*Problem statement*. Wherever "SPHERE" turns up in the entries, copy out the line that holds it.

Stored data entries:

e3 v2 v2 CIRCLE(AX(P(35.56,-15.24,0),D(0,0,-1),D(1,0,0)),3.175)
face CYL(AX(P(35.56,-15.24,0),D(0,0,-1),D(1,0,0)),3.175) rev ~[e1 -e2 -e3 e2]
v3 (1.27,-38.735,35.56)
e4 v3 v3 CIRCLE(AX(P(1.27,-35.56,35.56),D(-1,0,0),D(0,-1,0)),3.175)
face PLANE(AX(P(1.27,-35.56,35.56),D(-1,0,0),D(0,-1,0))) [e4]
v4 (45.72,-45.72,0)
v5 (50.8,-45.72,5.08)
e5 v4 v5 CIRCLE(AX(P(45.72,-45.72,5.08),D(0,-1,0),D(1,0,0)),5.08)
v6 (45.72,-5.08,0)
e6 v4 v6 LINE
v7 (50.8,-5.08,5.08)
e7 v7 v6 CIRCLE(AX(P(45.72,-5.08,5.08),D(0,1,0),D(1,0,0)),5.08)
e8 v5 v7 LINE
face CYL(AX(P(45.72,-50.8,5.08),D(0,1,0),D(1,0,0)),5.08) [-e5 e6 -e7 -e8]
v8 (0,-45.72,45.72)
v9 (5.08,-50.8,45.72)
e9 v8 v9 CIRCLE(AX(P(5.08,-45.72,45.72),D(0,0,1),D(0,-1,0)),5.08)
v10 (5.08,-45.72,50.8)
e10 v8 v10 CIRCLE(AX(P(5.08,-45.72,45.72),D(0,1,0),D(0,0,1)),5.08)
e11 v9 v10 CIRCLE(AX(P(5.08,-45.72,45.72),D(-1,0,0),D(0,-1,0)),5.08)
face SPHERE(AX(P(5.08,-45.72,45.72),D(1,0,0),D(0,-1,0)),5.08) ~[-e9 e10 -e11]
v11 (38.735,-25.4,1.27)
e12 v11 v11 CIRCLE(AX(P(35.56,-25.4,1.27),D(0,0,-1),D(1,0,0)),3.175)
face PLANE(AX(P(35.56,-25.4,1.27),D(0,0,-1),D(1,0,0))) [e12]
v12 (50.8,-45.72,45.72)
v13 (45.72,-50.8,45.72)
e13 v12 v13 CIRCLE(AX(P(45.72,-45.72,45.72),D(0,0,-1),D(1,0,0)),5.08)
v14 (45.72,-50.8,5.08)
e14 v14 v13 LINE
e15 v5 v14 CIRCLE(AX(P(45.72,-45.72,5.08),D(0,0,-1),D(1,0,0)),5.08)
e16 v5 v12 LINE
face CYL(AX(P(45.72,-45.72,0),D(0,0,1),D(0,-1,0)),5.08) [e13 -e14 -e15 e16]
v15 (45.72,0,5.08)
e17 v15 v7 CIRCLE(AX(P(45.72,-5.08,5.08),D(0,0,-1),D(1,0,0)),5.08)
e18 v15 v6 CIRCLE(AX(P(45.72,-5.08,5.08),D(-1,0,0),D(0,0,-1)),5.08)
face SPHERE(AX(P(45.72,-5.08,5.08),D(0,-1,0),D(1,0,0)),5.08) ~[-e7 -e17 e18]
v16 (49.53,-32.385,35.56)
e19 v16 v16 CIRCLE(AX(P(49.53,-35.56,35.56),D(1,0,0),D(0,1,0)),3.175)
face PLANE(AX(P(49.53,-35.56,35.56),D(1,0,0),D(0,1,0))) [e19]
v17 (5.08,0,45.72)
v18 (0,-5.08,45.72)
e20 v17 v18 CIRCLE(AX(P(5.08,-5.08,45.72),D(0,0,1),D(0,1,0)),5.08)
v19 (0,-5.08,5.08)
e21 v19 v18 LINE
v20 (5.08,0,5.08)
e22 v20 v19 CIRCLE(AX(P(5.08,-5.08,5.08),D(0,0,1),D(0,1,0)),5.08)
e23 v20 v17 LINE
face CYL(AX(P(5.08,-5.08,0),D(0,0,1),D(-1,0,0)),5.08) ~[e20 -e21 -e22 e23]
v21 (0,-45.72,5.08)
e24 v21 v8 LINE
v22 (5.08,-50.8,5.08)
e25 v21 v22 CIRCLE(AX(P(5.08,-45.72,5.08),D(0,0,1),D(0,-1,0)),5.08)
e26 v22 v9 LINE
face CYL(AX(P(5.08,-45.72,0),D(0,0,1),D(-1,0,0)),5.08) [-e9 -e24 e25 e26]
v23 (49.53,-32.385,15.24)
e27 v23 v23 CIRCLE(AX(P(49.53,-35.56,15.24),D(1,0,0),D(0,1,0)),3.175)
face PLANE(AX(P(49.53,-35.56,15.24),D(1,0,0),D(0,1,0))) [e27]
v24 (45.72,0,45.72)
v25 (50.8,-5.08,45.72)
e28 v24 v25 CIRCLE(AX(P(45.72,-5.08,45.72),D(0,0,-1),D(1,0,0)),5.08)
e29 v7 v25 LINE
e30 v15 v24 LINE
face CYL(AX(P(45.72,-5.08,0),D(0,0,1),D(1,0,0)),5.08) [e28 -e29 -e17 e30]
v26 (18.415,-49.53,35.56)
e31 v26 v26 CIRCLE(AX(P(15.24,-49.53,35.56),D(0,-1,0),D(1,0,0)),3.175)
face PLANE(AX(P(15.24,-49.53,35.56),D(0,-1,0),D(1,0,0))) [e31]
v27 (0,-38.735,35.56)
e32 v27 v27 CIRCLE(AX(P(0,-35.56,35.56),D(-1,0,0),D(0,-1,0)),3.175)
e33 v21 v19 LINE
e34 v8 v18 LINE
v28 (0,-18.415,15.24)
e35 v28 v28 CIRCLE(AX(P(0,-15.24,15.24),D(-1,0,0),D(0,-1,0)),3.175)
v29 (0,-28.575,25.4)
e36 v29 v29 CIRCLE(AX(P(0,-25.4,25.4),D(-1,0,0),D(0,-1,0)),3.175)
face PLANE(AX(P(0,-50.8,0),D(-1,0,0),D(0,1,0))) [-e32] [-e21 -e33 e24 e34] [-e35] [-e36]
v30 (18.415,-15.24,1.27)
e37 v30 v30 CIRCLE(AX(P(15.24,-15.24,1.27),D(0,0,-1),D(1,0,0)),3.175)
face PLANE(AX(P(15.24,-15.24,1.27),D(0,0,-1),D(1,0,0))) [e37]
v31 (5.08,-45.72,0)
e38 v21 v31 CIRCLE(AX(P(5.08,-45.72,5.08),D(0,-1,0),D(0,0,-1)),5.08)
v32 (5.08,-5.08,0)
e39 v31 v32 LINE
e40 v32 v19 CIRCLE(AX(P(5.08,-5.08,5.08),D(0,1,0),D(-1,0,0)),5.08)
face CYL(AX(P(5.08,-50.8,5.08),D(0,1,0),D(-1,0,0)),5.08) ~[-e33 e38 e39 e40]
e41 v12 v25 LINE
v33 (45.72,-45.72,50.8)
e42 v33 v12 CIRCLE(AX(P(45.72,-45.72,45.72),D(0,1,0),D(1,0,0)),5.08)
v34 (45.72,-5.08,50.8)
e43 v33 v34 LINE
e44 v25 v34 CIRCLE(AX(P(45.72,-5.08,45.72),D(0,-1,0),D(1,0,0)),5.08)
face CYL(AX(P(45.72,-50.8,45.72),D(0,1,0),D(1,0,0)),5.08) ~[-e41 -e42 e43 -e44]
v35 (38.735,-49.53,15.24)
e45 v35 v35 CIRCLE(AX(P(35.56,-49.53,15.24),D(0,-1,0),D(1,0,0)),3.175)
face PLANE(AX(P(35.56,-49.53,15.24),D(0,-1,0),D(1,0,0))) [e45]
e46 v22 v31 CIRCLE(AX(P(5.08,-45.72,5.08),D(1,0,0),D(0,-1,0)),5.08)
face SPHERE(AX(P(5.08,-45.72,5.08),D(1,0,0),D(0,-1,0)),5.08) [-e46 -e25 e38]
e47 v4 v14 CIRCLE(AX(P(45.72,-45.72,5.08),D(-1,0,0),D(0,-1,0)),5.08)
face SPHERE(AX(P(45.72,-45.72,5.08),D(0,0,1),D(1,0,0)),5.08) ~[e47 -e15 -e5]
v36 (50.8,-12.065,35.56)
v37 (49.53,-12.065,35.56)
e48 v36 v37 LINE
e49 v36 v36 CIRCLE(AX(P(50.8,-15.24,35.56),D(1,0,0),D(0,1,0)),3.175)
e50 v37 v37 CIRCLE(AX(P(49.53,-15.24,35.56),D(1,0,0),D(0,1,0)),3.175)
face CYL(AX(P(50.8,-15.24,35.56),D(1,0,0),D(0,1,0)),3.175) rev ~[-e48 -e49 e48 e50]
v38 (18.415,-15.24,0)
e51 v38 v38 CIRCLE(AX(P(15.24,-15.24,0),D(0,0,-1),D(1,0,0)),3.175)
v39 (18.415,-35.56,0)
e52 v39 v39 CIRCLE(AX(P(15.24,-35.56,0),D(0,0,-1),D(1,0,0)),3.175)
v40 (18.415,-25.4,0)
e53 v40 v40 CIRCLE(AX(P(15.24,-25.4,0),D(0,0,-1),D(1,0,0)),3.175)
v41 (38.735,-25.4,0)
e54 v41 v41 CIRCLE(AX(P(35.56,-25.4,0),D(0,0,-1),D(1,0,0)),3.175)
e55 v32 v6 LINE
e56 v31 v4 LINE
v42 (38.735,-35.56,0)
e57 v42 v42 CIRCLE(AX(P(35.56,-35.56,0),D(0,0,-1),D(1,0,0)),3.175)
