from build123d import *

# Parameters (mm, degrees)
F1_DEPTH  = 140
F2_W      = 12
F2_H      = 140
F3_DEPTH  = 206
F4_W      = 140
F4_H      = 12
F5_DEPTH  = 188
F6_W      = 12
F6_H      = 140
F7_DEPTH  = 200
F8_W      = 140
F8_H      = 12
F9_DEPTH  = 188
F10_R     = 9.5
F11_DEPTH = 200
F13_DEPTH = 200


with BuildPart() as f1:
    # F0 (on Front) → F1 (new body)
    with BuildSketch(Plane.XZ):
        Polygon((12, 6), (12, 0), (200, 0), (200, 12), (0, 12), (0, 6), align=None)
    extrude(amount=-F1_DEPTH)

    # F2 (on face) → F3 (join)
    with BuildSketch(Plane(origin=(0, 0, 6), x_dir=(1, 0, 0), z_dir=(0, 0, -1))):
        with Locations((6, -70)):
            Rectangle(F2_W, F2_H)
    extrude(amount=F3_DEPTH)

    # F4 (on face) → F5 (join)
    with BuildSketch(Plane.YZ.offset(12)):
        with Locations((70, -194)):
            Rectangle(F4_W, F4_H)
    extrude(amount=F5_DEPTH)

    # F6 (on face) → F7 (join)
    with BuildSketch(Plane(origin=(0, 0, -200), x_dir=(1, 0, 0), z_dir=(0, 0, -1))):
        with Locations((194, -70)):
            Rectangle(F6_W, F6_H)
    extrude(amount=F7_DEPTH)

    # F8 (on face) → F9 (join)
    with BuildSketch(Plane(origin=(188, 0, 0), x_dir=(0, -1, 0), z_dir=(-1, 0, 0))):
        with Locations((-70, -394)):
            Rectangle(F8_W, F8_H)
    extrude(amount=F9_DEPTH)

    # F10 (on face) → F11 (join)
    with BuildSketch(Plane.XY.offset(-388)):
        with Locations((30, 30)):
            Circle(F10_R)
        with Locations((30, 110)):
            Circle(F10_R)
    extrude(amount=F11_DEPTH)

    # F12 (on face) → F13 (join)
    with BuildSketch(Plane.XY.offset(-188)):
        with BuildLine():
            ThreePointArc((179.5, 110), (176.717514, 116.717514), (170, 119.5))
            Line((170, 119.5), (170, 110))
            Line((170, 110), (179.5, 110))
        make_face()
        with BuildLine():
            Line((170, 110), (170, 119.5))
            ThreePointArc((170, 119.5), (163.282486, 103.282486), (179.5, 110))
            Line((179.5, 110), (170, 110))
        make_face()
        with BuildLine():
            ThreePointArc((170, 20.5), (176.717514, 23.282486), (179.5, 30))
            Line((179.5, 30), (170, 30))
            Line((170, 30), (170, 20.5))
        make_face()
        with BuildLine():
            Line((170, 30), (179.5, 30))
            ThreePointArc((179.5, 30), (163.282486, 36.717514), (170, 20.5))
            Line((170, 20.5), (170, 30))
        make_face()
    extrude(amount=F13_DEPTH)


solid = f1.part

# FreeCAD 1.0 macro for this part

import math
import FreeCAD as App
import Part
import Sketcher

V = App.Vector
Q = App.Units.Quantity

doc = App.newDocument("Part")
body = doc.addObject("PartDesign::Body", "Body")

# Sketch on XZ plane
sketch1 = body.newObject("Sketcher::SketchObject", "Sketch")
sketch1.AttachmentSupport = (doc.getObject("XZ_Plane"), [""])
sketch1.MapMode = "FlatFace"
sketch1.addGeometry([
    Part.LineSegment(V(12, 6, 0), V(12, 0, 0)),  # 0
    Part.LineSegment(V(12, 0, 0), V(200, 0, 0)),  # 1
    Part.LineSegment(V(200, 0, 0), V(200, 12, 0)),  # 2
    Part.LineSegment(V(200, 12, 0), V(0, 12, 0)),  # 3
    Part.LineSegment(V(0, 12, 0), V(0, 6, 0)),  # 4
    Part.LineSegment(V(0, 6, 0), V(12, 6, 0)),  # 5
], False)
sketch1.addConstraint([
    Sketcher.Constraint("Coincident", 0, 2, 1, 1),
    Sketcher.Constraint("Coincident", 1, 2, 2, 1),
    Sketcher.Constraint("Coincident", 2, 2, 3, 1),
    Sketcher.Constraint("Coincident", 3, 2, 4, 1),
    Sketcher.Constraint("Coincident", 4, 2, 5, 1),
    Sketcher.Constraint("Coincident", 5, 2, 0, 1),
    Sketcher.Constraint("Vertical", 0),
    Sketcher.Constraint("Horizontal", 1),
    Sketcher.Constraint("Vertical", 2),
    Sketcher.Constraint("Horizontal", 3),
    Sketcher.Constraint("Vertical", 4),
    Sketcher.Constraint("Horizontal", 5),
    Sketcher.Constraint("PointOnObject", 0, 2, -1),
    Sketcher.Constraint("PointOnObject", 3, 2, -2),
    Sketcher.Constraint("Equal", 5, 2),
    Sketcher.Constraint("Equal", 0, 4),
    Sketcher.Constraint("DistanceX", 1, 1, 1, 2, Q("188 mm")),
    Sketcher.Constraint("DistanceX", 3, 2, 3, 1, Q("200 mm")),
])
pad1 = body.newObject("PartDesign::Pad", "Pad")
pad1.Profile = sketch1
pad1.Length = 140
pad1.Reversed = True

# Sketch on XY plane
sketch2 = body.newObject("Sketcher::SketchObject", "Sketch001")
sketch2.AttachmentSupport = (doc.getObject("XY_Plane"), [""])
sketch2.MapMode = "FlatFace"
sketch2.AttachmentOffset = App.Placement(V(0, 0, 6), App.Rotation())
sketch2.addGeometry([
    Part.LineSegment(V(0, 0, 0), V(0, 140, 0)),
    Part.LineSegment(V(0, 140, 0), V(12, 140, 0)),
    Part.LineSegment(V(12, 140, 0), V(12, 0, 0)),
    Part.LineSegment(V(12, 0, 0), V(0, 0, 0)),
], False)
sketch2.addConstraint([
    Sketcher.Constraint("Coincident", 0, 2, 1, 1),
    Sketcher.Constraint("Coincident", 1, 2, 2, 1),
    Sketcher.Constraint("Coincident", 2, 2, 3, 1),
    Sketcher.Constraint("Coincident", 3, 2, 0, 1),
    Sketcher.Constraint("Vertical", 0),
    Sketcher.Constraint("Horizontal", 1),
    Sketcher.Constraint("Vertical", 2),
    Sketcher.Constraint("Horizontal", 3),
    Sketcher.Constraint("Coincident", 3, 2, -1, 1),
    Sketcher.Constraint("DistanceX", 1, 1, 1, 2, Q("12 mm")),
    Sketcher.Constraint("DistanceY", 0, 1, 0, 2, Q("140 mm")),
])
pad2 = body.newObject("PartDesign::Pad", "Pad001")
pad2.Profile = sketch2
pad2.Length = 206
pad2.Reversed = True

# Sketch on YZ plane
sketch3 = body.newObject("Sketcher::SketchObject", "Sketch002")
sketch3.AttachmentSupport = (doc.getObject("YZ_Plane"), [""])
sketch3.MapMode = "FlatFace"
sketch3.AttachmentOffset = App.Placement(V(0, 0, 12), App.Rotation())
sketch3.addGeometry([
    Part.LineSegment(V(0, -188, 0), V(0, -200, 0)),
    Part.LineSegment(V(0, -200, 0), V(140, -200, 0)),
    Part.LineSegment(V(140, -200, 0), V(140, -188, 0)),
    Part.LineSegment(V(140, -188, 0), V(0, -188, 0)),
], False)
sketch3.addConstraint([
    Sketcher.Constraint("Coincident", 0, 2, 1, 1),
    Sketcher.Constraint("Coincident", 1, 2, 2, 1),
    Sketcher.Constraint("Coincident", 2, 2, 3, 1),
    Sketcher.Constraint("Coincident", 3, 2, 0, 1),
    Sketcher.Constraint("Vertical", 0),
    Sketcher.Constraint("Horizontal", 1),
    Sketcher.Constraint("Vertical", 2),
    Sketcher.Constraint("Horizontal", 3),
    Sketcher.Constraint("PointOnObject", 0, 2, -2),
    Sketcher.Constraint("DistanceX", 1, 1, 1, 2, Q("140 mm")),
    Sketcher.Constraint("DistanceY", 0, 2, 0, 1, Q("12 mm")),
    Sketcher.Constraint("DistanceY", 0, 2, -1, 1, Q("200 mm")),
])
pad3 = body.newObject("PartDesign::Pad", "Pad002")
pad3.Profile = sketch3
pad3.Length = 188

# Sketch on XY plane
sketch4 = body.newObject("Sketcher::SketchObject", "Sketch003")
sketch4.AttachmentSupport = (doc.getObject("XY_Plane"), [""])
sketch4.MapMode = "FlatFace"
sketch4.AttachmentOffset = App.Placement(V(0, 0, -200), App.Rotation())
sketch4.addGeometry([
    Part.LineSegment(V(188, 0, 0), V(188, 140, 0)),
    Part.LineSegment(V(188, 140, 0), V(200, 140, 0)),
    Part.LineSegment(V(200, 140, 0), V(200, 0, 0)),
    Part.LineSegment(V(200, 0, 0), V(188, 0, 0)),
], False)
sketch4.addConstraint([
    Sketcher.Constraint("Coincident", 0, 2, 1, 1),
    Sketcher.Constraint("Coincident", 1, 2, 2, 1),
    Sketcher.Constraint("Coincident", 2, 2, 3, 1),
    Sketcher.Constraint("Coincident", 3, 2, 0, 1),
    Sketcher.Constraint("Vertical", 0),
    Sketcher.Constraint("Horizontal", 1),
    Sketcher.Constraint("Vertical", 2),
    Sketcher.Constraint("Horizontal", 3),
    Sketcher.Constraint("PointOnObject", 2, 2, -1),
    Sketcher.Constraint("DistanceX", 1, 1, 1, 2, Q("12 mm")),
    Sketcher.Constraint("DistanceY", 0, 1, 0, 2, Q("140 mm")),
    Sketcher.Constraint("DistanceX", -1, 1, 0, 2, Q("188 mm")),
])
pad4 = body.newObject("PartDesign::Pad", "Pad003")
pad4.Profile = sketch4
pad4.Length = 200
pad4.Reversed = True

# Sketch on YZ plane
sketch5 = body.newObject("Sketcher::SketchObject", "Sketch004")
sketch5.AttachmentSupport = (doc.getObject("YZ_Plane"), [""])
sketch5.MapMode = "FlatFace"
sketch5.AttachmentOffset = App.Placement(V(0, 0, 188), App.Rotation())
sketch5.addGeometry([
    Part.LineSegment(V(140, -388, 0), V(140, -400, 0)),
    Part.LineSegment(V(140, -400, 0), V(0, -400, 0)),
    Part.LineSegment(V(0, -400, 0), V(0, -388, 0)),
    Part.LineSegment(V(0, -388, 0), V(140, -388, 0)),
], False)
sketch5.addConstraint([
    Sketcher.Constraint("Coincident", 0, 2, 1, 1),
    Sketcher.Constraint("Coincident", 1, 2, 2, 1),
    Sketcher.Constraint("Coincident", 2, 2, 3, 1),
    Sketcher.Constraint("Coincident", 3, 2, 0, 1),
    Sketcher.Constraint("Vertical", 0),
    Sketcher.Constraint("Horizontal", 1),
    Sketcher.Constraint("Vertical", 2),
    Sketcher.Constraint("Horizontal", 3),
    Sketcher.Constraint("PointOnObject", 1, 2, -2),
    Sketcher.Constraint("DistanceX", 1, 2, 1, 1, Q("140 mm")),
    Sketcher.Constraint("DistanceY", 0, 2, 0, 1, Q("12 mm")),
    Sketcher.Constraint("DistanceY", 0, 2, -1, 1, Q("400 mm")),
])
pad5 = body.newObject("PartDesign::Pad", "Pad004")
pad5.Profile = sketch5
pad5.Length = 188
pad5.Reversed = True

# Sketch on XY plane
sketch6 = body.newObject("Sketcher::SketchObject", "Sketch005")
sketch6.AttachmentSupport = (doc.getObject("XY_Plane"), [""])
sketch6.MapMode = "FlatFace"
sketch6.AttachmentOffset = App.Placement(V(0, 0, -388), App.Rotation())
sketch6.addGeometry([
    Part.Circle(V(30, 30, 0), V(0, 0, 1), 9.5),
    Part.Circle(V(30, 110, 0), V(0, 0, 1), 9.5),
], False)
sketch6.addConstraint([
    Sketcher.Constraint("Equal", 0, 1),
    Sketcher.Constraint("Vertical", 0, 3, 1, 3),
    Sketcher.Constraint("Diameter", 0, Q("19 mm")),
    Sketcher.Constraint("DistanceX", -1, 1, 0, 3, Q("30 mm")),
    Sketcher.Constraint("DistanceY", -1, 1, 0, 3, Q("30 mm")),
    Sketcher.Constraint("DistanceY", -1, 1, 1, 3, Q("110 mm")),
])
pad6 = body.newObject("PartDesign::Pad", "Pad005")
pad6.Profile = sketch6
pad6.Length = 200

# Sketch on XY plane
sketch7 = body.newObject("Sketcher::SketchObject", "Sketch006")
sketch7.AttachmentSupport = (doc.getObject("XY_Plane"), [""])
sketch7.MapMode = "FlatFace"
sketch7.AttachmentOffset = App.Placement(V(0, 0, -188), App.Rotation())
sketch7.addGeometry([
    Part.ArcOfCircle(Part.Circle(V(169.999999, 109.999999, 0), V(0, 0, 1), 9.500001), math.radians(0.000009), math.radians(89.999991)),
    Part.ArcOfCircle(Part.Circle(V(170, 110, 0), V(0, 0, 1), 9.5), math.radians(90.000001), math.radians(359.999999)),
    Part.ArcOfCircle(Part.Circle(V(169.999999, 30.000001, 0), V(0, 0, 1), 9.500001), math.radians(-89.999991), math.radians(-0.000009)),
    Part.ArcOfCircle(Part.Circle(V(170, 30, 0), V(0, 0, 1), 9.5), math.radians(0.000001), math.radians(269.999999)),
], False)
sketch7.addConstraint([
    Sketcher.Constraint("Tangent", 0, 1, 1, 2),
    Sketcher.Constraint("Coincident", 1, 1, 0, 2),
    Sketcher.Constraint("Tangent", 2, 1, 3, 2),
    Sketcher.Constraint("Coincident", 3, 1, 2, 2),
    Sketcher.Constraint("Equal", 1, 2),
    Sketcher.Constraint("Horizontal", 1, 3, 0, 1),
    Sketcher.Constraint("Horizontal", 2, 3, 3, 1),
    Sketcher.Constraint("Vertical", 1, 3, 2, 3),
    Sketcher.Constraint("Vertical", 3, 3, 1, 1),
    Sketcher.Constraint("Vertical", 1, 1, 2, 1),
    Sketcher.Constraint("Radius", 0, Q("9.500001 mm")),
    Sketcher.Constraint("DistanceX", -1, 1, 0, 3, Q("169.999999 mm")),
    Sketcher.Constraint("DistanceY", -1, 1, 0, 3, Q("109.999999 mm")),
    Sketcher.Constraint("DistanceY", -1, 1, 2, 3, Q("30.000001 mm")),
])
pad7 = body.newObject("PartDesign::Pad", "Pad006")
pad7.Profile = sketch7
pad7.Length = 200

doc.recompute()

*Answer space*.
face SPHERE(AX(P(5.08,-45.72,45.72),D(1,0,0),D(0,-1,0)),5.08) ~[-e9 e10 -e11]
face SPHERE(AX(P(45.72,-5.08,5.08),D(0,-1,0),D(1,0,0)),5.08) ~[-e7 -e17 e18]
face SPHERE(AX(P(5.08,-45.72,5.08),D(1,0,0),D(0,-1,0)),5.08) [-e46 -e25 e38]
face SPHERE(AX(P(45.72,-45.72,5.08),D(0,0,1),D(1,0,0)),5.08) ~[e47 -e15 -e5]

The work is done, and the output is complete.